# Statistical Divergences for Learning and Inference: A Non-Asymptotic Viewpoint

Statistical divergences have been widely used in statistics and machine learning to measure the dissimilarity between probability distributions. This dissertation investigates their applications in statistical learning and inference. In the first part of this talk, I study the minimum Kullback-Leibler (KL) divergence estimation which is equivalent to the maximum likelihood estimation. It is well-known from the classical asymptotic theory that the properly centered and normalized estimator has a limiting Gaussian distribution with a sandwich covariance. I first establish a finite-sample bound for the estimator, characterizing its asymptotic behavior in a non-asymptotic fashion. An important feature of the bound is that its dimension dependency is characterized by the effective dimension -- the trace of the limiting sandwich covariance -- which can be much smaller than the parameter dimension in some regimes. I then illustrate how the bound can be used to obtain a confidence set whose shape is adapted to the optimization landscape induced by the loss function. In contrast to previous work which relied heavily on the strong convexity of the learning objective, I only assume the Hessian is lower bounded at optimum and allow it to gradually become degenerate. This property is formalized by the notion of pseudo self-concordance originating from convex optimization. Finally, I apply these techniques to semi-parametric estimation and derive state-of-the-art finite-sample bounds for double machine learning and orthogonal statistical learning.

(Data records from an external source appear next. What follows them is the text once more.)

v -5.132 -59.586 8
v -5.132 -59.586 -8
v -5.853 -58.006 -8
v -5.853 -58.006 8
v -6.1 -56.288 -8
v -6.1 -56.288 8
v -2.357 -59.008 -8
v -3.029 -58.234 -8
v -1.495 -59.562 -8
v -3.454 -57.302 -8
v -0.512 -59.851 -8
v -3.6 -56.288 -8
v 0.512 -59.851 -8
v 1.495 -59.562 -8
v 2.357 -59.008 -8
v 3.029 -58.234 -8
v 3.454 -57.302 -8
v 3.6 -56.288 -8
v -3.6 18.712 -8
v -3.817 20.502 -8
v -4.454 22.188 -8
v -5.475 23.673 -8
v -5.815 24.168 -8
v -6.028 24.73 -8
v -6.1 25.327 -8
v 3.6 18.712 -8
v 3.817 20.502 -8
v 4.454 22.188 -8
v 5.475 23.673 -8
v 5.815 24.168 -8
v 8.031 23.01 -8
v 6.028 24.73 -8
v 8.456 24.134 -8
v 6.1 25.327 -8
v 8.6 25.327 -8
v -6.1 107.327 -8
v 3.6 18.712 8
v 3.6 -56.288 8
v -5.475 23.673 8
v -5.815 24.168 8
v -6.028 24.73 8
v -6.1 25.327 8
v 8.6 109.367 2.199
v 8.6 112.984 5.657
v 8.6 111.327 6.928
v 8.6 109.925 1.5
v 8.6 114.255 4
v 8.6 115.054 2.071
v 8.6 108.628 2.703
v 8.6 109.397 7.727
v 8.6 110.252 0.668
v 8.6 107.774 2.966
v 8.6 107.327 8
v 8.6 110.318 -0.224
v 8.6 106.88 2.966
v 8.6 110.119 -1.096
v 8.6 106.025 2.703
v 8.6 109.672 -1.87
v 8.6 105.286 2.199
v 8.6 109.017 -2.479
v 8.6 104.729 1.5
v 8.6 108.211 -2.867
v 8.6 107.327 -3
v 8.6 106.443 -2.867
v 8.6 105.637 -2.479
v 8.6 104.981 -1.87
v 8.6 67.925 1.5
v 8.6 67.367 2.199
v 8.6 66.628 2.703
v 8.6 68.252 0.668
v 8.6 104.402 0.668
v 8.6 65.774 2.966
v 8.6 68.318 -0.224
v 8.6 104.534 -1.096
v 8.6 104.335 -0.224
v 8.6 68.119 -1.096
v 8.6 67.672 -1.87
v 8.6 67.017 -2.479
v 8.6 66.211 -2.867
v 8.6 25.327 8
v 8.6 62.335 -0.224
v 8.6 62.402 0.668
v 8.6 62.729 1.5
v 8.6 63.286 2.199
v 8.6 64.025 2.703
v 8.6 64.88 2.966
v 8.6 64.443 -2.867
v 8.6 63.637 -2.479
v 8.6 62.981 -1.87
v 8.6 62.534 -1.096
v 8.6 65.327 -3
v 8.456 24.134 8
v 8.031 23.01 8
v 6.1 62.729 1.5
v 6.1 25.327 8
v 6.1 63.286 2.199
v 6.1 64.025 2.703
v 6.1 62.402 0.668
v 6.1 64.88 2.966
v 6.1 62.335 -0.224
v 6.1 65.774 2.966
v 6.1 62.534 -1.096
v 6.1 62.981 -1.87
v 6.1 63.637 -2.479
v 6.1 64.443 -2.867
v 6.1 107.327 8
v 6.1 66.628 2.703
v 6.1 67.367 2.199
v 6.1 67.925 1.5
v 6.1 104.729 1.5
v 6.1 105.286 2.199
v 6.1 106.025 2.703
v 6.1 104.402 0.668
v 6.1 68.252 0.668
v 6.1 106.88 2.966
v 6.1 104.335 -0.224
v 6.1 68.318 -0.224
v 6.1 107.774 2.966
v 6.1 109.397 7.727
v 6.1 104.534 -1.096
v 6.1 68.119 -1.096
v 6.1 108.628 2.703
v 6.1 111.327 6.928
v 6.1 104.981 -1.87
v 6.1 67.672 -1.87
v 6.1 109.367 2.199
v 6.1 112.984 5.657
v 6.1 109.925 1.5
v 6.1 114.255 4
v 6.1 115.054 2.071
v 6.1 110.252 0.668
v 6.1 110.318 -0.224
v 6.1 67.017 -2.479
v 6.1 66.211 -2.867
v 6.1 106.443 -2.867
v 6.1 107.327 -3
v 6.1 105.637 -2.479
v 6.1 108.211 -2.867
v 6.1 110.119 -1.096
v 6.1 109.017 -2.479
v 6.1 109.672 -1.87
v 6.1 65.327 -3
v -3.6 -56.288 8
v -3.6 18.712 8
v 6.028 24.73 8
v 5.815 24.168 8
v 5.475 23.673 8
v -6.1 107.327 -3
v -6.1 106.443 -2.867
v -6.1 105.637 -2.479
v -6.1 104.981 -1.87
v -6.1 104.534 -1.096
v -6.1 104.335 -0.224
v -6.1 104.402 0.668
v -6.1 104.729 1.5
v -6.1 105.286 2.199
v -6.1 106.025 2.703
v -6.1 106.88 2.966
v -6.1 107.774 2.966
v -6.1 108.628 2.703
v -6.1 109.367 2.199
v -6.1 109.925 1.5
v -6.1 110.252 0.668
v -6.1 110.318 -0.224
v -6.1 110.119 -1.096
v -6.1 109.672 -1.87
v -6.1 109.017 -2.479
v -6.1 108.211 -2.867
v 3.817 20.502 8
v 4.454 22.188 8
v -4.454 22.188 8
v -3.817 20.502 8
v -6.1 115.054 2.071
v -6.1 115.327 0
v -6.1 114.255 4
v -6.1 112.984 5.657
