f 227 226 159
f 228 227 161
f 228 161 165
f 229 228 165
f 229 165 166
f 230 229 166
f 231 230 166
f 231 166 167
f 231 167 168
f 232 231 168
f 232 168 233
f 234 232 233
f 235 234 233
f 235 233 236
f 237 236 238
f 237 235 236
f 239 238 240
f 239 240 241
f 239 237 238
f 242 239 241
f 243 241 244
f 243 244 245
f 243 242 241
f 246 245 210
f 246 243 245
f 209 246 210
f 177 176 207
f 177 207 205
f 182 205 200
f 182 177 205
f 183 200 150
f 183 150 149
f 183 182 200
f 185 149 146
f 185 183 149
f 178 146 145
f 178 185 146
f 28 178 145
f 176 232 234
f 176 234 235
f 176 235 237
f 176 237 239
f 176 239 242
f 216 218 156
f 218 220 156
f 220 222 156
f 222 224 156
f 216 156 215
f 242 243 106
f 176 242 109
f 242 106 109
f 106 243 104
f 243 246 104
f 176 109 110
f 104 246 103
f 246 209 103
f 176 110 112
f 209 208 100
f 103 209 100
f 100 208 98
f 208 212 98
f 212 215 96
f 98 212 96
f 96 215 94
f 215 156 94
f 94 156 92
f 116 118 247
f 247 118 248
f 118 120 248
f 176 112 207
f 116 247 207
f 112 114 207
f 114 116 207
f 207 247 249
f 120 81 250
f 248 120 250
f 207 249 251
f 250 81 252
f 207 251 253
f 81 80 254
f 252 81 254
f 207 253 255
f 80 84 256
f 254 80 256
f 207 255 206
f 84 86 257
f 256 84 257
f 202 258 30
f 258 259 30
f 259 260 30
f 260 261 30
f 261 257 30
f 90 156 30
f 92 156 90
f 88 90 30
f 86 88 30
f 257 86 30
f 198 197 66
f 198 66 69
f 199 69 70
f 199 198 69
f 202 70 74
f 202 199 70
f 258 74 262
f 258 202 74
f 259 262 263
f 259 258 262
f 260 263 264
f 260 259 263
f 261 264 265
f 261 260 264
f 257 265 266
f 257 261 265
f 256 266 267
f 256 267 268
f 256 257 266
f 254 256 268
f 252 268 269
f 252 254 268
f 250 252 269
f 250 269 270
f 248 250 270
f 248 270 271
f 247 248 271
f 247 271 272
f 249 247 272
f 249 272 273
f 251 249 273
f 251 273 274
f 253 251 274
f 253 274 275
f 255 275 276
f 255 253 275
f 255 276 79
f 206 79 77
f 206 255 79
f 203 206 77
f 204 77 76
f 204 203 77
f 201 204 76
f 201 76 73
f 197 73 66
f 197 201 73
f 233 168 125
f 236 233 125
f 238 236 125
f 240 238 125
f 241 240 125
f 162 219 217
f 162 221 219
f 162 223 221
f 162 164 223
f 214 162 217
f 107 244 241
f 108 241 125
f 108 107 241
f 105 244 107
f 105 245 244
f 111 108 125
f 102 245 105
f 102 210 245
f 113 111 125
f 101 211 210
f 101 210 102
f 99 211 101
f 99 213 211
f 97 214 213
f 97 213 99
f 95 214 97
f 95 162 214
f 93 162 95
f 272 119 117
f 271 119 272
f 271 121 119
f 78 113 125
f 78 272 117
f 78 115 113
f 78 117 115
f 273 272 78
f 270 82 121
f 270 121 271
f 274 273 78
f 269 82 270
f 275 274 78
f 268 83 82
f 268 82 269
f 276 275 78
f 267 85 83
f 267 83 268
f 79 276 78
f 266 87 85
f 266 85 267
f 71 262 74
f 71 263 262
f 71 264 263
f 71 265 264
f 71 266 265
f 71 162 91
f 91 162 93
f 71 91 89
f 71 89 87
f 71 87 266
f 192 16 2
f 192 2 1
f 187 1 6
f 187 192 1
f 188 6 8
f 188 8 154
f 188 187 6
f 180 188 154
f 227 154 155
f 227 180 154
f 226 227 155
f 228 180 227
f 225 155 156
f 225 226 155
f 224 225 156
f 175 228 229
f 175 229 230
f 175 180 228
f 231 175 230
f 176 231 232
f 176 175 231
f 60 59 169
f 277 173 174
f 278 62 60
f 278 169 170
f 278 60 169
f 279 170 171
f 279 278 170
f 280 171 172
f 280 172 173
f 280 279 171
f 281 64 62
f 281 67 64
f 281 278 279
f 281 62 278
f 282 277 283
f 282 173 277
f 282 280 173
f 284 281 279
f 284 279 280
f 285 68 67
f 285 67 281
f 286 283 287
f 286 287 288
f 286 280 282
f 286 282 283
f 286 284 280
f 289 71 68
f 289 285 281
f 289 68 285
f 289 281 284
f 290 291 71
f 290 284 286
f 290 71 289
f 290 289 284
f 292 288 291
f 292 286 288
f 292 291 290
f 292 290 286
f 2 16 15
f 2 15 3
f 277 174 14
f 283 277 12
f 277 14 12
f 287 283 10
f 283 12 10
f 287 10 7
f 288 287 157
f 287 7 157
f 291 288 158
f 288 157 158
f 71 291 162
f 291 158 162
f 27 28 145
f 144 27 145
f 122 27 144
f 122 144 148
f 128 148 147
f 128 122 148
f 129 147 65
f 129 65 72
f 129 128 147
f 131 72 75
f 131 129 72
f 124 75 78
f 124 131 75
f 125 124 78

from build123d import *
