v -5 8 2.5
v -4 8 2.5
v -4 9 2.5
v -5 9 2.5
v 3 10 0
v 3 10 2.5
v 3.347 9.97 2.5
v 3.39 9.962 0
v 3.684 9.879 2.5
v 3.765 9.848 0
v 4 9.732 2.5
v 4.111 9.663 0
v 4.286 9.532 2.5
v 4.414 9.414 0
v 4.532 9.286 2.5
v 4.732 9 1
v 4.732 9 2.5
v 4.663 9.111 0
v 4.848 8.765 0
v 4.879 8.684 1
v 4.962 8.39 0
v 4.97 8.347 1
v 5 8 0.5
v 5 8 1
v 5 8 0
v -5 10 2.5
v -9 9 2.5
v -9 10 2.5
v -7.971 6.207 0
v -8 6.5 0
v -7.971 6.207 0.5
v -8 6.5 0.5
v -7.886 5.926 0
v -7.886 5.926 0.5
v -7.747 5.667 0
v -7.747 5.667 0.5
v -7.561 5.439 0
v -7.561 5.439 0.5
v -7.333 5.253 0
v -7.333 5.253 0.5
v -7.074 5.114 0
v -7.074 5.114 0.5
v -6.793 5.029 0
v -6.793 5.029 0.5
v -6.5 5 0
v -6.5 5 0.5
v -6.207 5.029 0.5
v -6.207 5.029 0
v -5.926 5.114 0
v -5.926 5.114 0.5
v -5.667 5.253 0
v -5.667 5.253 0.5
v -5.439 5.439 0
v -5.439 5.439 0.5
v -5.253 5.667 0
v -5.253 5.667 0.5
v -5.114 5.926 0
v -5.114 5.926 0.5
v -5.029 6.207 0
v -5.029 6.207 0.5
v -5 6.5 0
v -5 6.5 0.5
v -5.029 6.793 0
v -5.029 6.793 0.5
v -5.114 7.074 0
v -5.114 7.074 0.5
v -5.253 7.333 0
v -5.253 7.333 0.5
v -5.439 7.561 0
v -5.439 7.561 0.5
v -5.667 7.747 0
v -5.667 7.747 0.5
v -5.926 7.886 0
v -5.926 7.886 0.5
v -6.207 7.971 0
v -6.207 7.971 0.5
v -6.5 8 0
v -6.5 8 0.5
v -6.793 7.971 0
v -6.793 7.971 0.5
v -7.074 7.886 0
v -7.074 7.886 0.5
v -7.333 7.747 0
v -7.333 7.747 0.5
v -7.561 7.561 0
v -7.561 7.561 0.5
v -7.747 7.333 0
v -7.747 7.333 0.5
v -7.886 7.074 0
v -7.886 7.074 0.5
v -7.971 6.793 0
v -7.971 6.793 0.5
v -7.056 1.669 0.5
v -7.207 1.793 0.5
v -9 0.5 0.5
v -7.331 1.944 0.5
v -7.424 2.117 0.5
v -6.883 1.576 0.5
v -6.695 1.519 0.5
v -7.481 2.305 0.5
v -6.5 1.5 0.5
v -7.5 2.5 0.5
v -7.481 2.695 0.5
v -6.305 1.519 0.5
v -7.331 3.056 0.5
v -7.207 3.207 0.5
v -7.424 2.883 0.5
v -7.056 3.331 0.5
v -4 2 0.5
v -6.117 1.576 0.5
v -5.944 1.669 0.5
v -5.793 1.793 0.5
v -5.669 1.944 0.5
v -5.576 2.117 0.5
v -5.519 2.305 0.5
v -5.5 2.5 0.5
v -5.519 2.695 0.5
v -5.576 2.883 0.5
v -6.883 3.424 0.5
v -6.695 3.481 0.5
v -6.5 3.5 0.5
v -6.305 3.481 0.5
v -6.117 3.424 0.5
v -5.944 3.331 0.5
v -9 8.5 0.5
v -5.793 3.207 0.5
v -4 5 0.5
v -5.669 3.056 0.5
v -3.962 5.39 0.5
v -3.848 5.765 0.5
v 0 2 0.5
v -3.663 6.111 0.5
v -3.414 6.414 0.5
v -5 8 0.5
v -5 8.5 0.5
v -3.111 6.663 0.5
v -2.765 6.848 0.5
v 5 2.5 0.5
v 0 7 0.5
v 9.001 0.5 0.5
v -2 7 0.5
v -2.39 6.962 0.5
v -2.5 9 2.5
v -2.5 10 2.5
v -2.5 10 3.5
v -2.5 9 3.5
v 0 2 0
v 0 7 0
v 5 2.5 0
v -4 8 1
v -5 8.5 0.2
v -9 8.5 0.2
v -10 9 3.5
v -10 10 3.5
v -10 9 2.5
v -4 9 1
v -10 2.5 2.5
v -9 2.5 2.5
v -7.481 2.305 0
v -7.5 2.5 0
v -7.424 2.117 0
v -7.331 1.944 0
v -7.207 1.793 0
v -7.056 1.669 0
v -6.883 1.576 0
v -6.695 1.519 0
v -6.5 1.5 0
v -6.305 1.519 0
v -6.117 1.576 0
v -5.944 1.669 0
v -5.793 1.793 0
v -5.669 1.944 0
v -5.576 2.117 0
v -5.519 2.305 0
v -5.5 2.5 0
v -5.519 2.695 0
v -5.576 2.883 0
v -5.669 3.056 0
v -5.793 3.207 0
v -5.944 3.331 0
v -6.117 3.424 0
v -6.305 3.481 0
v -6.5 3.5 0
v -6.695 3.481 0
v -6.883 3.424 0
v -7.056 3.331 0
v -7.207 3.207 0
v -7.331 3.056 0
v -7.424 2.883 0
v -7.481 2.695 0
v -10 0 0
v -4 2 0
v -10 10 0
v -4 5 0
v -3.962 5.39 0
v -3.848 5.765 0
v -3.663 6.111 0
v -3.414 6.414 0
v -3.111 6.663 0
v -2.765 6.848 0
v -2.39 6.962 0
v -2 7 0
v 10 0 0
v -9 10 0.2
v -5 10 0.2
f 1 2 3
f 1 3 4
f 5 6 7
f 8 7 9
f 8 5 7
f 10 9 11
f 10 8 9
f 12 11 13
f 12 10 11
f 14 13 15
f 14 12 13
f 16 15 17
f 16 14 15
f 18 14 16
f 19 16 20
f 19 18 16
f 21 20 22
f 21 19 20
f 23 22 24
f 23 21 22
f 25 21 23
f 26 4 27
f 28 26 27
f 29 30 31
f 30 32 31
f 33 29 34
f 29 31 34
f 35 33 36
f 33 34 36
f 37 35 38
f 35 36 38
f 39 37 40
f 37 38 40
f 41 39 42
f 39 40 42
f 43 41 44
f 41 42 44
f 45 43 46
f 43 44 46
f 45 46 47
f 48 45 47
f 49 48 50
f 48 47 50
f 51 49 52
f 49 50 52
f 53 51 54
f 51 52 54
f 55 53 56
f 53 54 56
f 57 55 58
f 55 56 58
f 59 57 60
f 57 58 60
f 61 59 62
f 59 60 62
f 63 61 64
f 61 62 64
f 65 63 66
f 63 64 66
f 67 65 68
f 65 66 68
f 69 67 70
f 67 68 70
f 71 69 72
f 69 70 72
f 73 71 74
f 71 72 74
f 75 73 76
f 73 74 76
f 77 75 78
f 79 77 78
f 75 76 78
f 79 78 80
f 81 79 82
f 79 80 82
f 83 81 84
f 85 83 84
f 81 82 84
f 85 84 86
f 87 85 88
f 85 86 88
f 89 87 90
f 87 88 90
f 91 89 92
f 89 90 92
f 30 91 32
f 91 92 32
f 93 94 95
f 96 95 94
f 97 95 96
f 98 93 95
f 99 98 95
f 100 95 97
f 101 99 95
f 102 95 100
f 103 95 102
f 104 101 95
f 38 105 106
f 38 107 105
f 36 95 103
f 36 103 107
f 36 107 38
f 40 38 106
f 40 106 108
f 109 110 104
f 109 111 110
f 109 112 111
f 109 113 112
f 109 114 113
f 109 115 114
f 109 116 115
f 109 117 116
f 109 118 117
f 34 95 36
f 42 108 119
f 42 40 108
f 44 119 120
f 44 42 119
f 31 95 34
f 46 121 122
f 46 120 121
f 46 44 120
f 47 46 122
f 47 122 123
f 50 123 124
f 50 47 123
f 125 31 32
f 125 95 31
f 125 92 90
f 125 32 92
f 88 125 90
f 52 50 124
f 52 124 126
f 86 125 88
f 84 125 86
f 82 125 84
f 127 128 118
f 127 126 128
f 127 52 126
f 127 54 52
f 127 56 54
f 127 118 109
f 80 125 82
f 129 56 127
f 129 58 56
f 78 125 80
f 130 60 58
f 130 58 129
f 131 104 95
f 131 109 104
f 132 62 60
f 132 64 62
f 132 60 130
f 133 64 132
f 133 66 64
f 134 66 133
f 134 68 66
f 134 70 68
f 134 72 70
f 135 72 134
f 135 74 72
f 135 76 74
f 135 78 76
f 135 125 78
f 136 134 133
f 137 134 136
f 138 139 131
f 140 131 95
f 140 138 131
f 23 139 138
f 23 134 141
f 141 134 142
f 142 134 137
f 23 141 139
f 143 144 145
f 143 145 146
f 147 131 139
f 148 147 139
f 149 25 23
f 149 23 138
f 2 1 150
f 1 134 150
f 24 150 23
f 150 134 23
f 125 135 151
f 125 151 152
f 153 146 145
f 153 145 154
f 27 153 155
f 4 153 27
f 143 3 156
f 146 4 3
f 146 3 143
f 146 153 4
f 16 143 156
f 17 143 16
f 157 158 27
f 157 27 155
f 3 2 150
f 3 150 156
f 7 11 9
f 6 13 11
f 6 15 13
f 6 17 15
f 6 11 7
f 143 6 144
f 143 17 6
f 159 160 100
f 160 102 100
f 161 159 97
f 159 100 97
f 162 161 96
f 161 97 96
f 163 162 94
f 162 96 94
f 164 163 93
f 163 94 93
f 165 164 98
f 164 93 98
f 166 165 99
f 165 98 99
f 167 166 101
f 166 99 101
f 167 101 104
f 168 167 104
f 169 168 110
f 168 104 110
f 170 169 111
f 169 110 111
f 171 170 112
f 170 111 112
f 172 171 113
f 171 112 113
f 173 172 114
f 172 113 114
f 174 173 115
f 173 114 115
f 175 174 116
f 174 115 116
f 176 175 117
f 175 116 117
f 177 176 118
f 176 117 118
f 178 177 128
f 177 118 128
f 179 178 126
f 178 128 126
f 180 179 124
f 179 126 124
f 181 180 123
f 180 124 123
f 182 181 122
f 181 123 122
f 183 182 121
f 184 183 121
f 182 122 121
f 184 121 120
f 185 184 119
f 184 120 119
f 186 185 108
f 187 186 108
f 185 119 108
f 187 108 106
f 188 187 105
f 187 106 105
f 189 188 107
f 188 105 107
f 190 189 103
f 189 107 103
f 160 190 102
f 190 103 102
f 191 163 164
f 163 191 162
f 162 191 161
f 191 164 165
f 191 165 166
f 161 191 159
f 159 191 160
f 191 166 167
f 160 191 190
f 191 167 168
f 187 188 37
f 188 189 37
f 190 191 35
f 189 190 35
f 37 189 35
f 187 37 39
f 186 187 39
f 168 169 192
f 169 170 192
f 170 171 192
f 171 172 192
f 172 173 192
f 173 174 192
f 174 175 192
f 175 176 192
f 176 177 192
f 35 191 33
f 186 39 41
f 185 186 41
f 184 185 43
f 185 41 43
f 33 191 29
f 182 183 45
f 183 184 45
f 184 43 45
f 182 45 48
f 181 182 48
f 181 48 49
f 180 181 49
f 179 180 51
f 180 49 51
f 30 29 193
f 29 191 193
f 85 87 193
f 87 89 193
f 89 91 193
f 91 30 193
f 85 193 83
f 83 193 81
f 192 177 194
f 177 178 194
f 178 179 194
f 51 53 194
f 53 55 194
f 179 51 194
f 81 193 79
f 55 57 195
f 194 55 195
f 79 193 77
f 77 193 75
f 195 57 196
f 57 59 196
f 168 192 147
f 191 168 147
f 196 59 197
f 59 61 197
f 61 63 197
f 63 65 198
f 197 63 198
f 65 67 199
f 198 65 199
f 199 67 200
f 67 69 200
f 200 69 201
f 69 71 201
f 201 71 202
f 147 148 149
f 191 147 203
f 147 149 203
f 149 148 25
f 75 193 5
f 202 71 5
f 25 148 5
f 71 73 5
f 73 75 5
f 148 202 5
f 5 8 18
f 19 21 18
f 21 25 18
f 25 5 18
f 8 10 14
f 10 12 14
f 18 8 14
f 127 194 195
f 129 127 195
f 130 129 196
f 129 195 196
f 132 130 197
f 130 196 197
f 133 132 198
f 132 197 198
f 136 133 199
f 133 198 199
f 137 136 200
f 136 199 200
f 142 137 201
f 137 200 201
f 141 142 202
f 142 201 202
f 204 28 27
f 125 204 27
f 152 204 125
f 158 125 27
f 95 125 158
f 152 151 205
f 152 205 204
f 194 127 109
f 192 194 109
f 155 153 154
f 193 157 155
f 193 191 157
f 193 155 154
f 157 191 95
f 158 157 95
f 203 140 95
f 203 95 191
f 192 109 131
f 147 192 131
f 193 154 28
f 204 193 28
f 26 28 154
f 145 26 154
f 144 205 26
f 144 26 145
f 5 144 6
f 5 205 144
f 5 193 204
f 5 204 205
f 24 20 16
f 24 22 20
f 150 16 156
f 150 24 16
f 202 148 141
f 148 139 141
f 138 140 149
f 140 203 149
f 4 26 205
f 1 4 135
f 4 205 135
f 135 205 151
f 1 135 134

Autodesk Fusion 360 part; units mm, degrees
sketch "Sketch1" plane through (0, 0, 0) normal (0, 0, 1) x (1, 0, 0) in component "test"
  line L0 (-10, 10) -> (5, 10)
  line L1 (5, 10) -> (5, 0)
  line L2 (5, 0) -> (-10, 0)
  line L3 (-10, 0) -> (-10, 10)
  line L4 (5, 0) -> (10, 0)
  line L5 (10, 0) -> (5, 2.5)
  dimension "d1" = 15
  dimension "d2" = 10
extrude "Extrude1" add sketch "Sketch1" along normal blind 0.5 in component "test"
sketch "Sketch2" plane through (0, 0, 0.5) normal (0, 0, 1) x (-1, 0, 0) in component "test"
  line L0 (10, 0) -> (-10, 0)
  line L1 (-5, -2.5) -> (-5, -10)
  line L2 (-5, -10) -> (10, -10)
  line L3 (10, -10) -> (10, 0)
  line L4 (10, -10) -> (9, -10)
  line L5 (9, -10) -> (9, 0)
  line L6 (9, 0) -> (10, 0)
  line L7 (10, 0) -> (10, -10)
  line L8 (-5, -10) -> (5, -10)
  line L9 (5, -10) -> (5, -8)
  line L10 (5, -8) -> (-5, -8)
  line L11 (-5, -8) -> (-5, -10)
  line L12 (-10, 0) -> (-5, -2.5)
extrude "Extrude2" add sketch "Sketch2" along normal blind 2 contours L0 L2 L3 L4 L5 L6 L7 | L1 L2 L8 L9 L10 L11 in component "test"
sketch "Sketch3" plane through (0, 0, 2.5) normal (0, 0, 1) x (-1, 0, 0) in component "test"
  line L0 (-5, -8) -> (-5, -10)
  line L1 (-5, -10) -> (5, -10)
  line L2 (5, -10) -> (5, -8)
  line L3 (5, -8) -> (-5, -8)
  line L4 (-5, -8) -> (4, -8)
  line L5 (4, -8) -> (4, -9)
  line L6 (4, -9) -> (-5, -9)
  line L7 (-5, -9) -> (-5, -8)
extrude "Extrude3" cut sketch "Sketch3" against normal blind 1.5 contours L0 L3 L4 L5 L6 L7 in component "test"
sketch "Sketch4" plane through (0, 0, 0.5) normal (0, 0, 1) x (-1, 0, 0) in component "test"
  line L0 (5, -8) -> (5, -10)
  line L1 (5, -10) -> (9, -10)
  line L2 (9, -10) -> (9, 0)
  line L3 (9, 0) -> (-10, 0)
  line L4 (-5, -2.5) -> (-5, -8)
  line L5 (-5, -8) -> (5, -8)
  line L6 (0, -7) -> (4, -7)
  line L7 (4, -7) -> (4, -2)
  line L8 (4, -2) -> (0, -2)
  line L9 (0, -2) -> (0, -7)
  circle A0 centre (6.5, -6.5) radius 1.5
  circle A1 centre (6.5, -2.5) radius 1
  line L10 (-10, 0) -> (-5, -2.5)
  dimension "d9" = 3
  dimension "d10" = 2
extrude "Extrude4" cut sketch "Sketch4" against normal through all contours L6 L7 L8 L9 | A0 | A1 in component "test"
sketch "Sketch5" plane through (0, 0, 2.5) normal (0, 0, 1) x (-1, 0, 0) in component "test"
  line L0 (10, 0) -> (9, 0)
  line L1 (9, 0) -> (9, -10)
  line L2 (9, -10) -> (10, -10)
  line L3 (10, -10) -> (10, 0)
  line L4 (10, -10) -> (2.5, -10)
  line L5 (2.5, -10) -> (2.5, -9)
  line L6 (2.5, -9) -> (10, -9)
  line L7 (10, -9) -> (10, -10)
extrude "Extrude5" add sketch "Sketch5" along normal blind 1 contours L1 L2 L3 L4 L6 L7 | L1 L4 L5 L6 in component "test"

The second part of this talk focuses on the Schrödinger bridge problem – an information projection problem in which a reference measure is projected onto a linear subspace of probability distributions in terms of KL. This problem formalized in that way by Föllmer is equivalent to the entropy-regularized optimal transport problem which recently attracted significant attention from the statistics and machine learning communities. The corresponding two-sample problem has been well-studied using tools from the empirical process theory. I explore the independence testing problem by introducing a new independence criterion inspired by the Schrödinger bridge problem. A statistic for testing independence can be derived by estimating this criterion from data. With tools from the U-process theory and the optimal transport theory, I establish a non-asymptotic bound to characterize the convergence of the test statistic, and I show that the associated test has asymptotic power one under fixed alternatives. To compute the test statistic, a direct application of the Sinkhorn algorithm, usually used to solve the Schrödinger bridge problem, leads to an algorithm that scales quartically in both time and memory. I design an efficient algorithm by exploiting random feature approximations, achieving a quadratic time complexity and a linear space complexity. Finally, I illustrate the interest of the proposed criterion on bilingual data.